Information given below:
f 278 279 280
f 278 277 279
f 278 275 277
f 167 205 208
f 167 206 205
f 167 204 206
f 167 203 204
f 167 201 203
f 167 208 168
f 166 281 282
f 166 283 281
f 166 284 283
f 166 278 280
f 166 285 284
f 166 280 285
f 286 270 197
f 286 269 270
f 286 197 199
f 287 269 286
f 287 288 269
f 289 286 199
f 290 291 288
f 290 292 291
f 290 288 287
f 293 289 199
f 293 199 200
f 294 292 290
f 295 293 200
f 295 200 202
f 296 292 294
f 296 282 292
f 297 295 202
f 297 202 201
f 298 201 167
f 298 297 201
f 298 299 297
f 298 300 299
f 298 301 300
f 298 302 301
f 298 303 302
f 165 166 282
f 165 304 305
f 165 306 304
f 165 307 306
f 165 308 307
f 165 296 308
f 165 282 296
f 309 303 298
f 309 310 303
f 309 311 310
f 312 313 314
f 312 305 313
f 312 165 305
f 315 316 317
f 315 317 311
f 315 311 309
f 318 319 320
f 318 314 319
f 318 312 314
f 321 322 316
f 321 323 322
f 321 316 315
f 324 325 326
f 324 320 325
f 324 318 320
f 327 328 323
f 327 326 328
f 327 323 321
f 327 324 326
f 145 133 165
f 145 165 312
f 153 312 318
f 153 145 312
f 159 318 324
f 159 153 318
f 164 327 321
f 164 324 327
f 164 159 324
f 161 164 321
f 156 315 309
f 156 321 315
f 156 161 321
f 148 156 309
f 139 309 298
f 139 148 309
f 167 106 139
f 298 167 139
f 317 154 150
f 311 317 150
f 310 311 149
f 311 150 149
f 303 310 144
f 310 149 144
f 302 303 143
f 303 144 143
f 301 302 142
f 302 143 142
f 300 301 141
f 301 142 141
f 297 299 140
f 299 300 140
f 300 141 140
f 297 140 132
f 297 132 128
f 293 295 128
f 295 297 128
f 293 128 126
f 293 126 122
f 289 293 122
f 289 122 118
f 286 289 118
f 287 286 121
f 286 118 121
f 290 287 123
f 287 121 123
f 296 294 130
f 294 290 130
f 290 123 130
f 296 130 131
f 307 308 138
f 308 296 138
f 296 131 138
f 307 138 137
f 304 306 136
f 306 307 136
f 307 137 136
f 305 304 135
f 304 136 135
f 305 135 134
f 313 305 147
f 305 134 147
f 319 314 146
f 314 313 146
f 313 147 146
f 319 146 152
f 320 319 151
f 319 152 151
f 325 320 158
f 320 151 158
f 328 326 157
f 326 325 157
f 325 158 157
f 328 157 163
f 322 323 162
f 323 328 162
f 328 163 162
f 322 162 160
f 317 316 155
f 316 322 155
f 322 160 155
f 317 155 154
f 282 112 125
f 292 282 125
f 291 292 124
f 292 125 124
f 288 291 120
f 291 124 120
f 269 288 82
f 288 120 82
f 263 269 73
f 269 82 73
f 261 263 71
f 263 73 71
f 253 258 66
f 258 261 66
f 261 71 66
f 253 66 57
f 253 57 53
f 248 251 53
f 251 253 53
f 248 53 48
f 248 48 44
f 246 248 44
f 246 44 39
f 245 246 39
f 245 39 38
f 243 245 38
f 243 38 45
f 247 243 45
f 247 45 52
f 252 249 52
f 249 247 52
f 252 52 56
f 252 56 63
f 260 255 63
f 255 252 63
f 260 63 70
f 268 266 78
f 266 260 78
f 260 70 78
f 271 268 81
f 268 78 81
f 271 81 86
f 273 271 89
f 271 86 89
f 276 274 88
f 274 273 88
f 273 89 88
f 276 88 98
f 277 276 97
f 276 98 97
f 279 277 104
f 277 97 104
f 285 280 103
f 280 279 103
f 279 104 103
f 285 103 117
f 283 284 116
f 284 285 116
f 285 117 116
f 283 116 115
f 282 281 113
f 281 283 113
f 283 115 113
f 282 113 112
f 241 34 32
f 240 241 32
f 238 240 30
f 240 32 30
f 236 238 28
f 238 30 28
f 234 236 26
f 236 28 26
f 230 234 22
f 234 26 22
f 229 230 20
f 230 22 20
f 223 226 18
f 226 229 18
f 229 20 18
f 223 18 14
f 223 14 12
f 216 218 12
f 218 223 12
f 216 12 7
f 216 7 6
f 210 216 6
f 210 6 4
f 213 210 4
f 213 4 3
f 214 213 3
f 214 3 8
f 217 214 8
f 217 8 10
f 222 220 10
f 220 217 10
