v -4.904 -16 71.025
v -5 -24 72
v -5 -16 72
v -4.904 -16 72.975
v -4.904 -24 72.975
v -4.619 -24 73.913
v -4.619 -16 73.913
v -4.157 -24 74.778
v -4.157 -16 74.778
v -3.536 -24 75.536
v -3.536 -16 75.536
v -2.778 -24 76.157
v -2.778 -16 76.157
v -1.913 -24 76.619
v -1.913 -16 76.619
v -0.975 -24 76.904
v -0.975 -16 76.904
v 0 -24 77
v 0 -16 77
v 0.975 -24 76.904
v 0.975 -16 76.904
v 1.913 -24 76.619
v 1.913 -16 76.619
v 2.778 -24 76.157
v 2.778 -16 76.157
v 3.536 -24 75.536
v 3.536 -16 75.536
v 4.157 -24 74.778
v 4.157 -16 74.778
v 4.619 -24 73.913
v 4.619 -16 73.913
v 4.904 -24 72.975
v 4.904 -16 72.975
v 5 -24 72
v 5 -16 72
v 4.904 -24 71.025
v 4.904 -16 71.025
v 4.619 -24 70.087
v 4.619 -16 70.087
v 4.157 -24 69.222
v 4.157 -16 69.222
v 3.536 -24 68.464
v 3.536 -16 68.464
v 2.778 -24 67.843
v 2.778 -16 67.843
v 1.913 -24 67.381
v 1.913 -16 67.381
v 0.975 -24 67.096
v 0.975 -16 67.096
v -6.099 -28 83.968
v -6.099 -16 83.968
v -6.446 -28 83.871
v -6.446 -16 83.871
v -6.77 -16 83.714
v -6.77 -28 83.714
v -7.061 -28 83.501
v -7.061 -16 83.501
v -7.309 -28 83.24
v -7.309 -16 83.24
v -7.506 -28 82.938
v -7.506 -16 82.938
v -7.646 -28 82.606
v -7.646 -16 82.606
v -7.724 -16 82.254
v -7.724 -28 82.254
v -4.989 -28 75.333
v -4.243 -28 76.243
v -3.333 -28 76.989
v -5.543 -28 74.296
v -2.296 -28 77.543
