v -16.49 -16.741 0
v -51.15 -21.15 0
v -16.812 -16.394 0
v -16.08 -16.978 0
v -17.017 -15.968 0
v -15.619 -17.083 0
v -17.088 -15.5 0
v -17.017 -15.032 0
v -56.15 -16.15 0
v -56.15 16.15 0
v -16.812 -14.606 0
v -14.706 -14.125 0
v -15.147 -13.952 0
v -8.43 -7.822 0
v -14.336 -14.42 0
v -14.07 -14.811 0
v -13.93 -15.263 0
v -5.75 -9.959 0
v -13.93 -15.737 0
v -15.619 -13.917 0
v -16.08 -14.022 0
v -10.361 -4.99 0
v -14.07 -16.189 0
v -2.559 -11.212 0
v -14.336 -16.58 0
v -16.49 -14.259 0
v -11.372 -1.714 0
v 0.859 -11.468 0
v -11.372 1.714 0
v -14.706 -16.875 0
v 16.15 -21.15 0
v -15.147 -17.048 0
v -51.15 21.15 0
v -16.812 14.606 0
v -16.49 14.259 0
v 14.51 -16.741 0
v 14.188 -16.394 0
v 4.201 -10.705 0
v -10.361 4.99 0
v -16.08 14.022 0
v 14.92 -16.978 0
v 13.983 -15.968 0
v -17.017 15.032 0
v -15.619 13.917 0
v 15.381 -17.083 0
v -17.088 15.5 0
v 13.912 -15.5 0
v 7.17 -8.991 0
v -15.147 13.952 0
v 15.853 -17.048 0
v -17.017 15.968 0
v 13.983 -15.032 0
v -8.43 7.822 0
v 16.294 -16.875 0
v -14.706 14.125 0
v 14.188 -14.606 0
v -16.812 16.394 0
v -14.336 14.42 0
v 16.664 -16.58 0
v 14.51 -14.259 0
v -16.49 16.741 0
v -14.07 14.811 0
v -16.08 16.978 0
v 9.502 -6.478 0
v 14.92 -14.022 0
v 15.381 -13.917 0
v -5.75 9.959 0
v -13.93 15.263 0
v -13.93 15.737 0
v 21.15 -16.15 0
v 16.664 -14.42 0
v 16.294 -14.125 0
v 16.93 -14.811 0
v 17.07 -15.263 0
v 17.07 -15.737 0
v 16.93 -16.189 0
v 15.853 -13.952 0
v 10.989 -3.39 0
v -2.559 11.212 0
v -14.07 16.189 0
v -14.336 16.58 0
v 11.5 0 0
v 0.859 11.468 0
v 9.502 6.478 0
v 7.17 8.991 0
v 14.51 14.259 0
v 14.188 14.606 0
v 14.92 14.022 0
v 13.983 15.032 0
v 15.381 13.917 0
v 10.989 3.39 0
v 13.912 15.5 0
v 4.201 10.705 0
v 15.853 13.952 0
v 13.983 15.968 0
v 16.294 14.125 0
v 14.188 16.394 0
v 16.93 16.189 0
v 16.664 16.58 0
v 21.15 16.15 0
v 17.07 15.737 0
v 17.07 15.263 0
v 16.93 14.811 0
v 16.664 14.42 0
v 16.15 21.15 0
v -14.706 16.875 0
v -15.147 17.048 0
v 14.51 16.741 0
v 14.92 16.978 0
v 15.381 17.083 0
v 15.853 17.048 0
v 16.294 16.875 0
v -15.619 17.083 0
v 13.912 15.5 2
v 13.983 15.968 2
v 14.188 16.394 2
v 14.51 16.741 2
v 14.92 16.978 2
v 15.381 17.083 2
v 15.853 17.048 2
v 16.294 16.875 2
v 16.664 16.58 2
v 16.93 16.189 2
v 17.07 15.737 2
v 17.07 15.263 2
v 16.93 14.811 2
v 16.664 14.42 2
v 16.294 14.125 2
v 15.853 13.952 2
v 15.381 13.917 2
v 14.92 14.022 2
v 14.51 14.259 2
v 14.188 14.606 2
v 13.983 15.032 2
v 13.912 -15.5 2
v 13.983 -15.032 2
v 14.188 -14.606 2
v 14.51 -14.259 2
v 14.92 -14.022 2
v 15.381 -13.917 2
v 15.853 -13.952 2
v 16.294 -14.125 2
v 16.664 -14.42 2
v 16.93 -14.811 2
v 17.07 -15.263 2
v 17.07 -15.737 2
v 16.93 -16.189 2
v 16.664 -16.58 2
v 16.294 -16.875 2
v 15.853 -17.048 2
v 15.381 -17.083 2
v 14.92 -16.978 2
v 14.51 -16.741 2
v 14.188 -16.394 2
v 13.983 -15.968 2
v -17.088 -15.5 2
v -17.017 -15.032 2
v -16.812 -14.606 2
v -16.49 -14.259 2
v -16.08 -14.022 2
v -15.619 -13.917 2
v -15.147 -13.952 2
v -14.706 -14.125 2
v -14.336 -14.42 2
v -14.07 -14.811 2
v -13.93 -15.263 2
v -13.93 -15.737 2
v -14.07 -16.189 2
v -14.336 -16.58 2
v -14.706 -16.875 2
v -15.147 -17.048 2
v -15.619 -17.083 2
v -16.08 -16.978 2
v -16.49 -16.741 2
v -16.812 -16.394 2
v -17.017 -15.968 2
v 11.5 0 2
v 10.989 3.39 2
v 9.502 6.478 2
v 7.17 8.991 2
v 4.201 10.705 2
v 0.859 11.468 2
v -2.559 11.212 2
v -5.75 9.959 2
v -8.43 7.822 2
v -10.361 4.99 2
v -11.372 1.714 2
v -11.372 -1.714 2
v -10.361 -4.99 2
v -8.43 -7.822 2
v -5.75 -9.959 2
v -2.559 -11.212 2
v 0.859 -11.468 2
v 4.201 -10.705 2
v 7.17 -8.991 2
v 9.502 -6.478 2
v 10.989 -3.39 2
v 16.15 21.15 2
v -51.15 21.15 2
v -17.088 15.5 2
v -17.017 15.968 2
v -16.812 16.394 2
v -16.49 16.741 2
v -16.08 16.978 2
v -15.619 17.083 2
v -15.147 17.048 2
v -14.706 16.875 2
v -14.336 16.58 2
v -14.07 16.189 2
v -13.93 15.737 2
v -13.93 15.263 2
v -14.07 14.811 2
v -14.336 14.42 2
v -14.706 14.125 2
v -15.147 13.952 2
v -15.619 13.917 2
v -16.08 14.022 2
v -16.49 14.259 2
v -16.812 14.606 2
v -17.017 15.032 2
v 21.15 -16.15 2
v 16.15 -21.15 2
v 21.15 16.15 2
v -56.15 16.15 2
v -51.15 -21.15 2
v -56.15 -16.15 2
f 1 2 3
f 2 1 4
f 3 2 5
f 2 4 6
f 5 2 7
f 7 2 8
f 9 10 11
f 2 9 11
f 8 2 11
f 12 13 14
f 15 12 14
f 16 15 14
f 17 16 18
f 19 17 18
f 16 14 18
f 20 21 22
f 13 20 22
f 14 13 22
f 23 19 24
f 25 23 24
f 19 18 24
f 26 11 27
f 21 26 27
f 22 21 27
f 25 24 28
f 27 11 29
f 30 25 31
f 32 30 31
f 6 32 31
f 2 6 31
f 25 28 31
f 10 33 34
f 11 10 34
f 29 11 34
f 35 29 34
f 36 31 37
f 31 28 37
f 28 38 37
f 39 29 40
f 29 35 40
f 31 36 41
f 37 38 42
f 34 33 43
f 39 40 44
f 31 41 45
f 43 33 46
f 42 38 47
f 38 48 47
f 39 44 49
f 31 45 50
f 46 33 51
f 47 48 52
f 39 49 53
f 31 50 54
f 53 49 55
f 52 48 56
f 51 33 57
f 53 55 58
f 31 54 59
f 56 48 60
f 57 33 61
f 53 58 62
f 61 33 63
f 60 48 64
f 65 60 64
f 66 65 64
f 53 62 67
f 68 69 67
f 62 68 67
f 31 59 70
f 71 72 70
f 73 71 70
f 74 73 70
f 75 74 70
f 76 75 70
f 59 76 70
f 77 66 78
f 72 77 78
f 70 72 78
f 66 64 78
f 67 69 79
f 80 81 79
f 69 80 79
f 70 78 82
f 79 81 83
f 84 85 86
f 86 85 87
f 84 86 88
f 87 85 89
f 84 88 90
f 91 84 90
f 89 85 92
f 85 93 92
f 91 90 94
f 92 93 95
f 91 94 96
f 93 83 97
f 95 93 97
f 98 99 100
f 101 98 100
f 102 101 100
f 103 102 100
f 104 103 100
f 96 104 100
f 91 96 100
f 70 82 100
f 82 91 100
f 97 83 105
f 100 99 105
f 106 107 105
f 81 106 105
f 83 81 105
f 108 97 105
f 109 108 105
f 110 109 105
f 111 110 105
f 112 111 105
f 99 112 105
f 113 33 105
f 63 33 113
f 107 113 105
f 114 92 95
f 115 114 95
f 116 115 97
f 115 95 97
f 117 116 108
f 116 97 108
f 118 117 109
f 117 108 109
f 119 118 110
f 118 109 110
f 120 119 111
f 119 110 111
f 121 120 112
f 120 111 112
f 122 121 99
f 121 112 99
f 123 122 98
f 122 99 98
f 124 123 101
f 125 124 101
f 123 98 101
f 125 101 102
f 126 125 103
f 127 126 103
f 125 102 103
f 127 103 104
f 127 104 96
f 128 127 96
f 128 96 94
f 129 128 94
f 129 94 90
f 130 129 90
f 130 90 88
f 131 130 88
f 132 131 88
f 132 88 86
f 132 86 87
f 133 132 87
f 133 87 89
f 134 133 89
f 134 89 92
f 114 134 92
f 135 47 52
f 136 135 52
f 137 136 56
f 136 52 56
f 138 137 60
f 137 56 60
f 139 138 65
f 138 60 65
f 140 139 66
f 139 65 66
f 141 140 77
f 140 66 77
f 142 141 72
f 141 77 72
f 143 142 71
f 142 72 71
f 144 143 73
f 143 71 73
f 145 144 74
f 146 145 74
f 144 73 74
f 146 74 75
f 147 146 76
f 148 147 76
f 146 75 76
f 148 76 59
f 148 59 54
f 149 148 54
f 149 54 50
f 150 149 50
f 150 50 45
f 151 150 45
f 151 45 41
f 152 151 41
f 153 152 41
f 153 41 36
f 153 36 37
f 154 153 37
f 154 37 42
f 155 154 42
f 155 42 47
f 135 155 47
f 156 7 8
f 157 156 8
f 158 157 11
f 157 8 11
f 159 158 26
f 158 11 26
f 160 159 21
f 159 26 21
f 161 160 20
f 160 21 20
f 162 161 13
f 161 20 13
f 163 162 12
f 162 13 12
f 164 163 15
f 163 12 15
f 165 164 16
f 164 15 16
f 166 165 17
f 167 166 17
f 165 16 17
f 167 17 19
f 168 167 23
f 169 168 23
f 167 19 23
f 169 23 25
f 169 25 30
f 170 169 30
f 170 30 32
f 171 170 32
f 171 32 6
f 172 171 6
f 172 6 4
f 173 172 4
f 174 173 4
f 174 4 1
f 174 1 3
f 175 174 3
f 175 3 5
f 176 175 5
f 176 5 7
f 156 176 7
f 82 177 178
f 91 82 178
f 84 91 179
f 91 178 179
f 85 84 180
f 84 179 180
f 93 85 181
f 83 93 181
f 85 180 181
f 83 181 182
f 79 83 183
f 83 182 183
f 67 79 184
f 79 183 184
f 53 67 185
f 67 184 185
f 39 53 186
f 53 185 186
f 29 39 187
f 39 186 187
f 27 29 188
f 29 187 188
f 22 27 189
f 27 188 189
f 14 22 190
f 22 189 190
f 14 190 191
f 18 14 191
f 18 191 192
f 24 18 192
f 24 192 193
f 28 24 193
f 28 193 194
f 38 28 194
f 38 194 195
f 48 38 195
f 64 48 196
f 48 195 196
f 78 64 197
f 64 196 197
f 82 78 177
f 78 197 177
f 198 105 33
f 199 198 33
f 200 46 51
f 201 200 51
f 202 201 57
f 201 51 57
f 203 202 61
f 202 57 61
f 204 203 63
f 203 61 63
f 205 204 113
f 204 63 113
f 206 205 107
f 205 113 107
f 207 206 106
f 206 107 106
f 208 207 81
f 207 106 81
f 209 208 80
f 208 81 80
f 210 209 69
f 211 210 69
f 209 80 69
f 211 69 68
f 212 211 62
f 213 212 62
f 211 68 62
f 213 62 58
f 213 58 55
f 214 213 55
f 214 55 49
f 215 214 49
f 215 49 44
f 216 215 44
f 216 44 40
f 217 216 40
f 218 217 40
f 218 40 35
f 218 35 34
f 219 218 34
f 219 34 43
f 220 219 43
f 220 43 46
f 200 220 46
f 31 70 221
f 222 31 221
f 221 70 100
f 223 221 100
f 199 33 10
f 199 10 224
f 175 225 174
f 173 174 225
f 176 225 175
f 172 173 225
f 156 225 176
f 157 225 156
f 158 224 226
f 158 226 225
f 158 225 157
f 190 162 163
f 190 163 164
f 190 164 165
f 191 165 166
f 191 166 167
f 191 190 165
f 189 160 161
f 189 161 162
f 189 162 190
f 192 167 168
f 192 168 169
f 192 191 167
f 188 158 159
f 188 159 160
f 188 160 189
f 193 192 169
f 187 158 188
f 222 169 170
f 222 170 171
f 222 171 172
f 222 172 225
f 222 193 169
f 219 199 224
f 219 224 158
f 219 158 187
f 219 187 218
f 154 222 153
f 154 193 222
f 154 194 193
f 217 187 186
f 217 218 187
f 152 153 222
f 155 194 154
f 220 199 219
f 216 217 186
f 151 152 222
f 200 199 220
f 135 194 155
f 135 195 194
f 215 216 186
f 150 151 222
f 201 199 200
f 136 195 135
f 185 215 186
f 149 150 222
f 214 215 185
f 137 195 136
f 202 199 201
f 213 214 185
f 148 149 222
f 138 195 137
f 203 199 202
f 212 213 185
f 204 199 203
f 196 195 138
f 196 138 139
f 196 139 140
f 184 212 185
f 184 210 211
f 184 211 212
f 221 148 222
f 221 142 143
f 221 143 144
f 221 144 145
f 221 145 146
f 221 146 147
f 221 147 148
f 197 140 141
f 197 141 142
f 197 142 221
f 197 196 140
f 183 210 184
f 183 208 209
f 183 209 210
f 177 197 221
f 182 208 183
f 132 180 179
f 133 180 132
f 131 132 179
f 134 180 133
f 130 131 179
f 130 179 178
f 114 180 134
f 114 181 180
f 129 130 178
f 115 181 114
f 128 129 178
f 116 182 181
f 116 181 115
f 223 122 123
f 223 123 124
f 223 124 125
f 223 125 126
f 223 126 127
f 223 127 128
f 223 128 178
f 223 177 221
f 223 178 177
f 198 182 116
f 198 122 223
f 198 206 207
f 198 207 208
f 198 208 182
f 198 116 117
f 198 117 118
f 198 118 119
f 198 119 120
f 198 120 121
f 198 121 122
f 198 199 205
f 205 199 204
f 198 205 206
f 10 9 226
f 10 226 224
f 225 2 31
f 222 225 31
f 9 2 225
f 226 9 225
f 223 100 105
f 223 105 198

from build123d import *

# Parameters (mm, degrees)
SKETCH1_W                        = 35
SKETCH1_H                        = 42.3
SKETCH1_W_2                      = 42.3
BOSS_EXTRUDE1_DEPTH              = 2
F_1_8_0_125_DIAMETER_HOLE1_D     = 3.175
F_1_8_0_125_DIAMETER_HOLE1_DEPTH = 4.5
F_1_8_0_125_DIAMETER_HOLE1_TIP   = 0.953866233
SKETCH4_R                        = 11.5
CUT_EXTRUDE1_DEPTH               = 2
CHAMFER1_SIZE                    = 5


with BuildPart() as part:
    # Sketch1 → Boss-Extrude1 (new body)
    with BuildSketch(Plane.XY):
        with Locations((-38.65, 0)):
            Rectangle(SKETCH1_W, SKETCH1_H)
        Rectangle(SKETCH1_W_2, SKETCH1_H)
    extrude(amount=BOSS_EXTRUDE1_DEPTH)

    # 1/8 (0.125) Diameter Hole1
    with Locations(Plane.XY.offset(2)):
        with Locations((-15.5, 15.5), (15.5, 15.5), (15.5, -15.5), (-15.5, -15.5)):
            Hole(F_1_8_0_125_DIAMETER_HOLE1_D / 2, depth=F_1_8_0_125_DIAMETER_HOLE1_DEPTH)
            with Locations((0, 0, -(F_1_8_0_125_DIAMETER_HOLE1_DEPTH + F_1_8_0_125_DIAMETER_HOLE1_TIP / 2))):  # 118° drill point
                Cone(0, F_1_8_0_125_DIAMETER_HOLE1_D / 2, F_1_8_0_125_DIAMETER_HOLE1_TIP, mode=Mode.SUBTRACT)

    # Sketch4 → Cut-Extrude1 (cut)
    with BuildSketch(Plane.XY.offset(2)):
        Circle(SKETCH4_R)
    extrude(amount=-CUT_EXTRUDE1_DEPTH, mode=Mode.SUBTRACT)

    # Chamfer1
    chamfer1_edges = [part.edges().sort_by_distance(p)[0] for p in [
        (21.15, 21.15, 1),
        (21.15, -21.15, 1),
        (-56.15, -21.15, 1),
        (-56.15, 21.15, 1),
    ]]
    chamfer(chamfer1_edges, length=CHAMFER1_SIZE)


solid = part.part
End of Information given.
Task brief:
Take the listing above and repeat exactly the lines from the one containing "f 167 204 206" through the one containing "f 165 306 304", both included.

Answer to this task:
f 167 204 206
f 167 203 204
f 167 201 203
f 167 208 168
f 166 281 282
f 166 283 281
f 166 284 283
f 166 278 280
f 166 285 284
f 166 280 285
f 286 270 197
f 286 269 270
f 286 197 199
f 287 269 286
f 287 288 269
f 289 286 199
f 290 291 288
f 290 292 291
f 290 288 287
f 293 289 199
f 293 199 200
f 294 292 290
f 295 293 200
f 295 200 202
f 296 292 294
f 296 282 292
f 297 295 202
f 297 202 201
f 298 201 167
f 298 297 201
f 298 299 297
f 298 300 299
f 298 301 300
f 298 302 301
f 298 303 302
f 165 166 282
f 165 304 305
f 165 306 304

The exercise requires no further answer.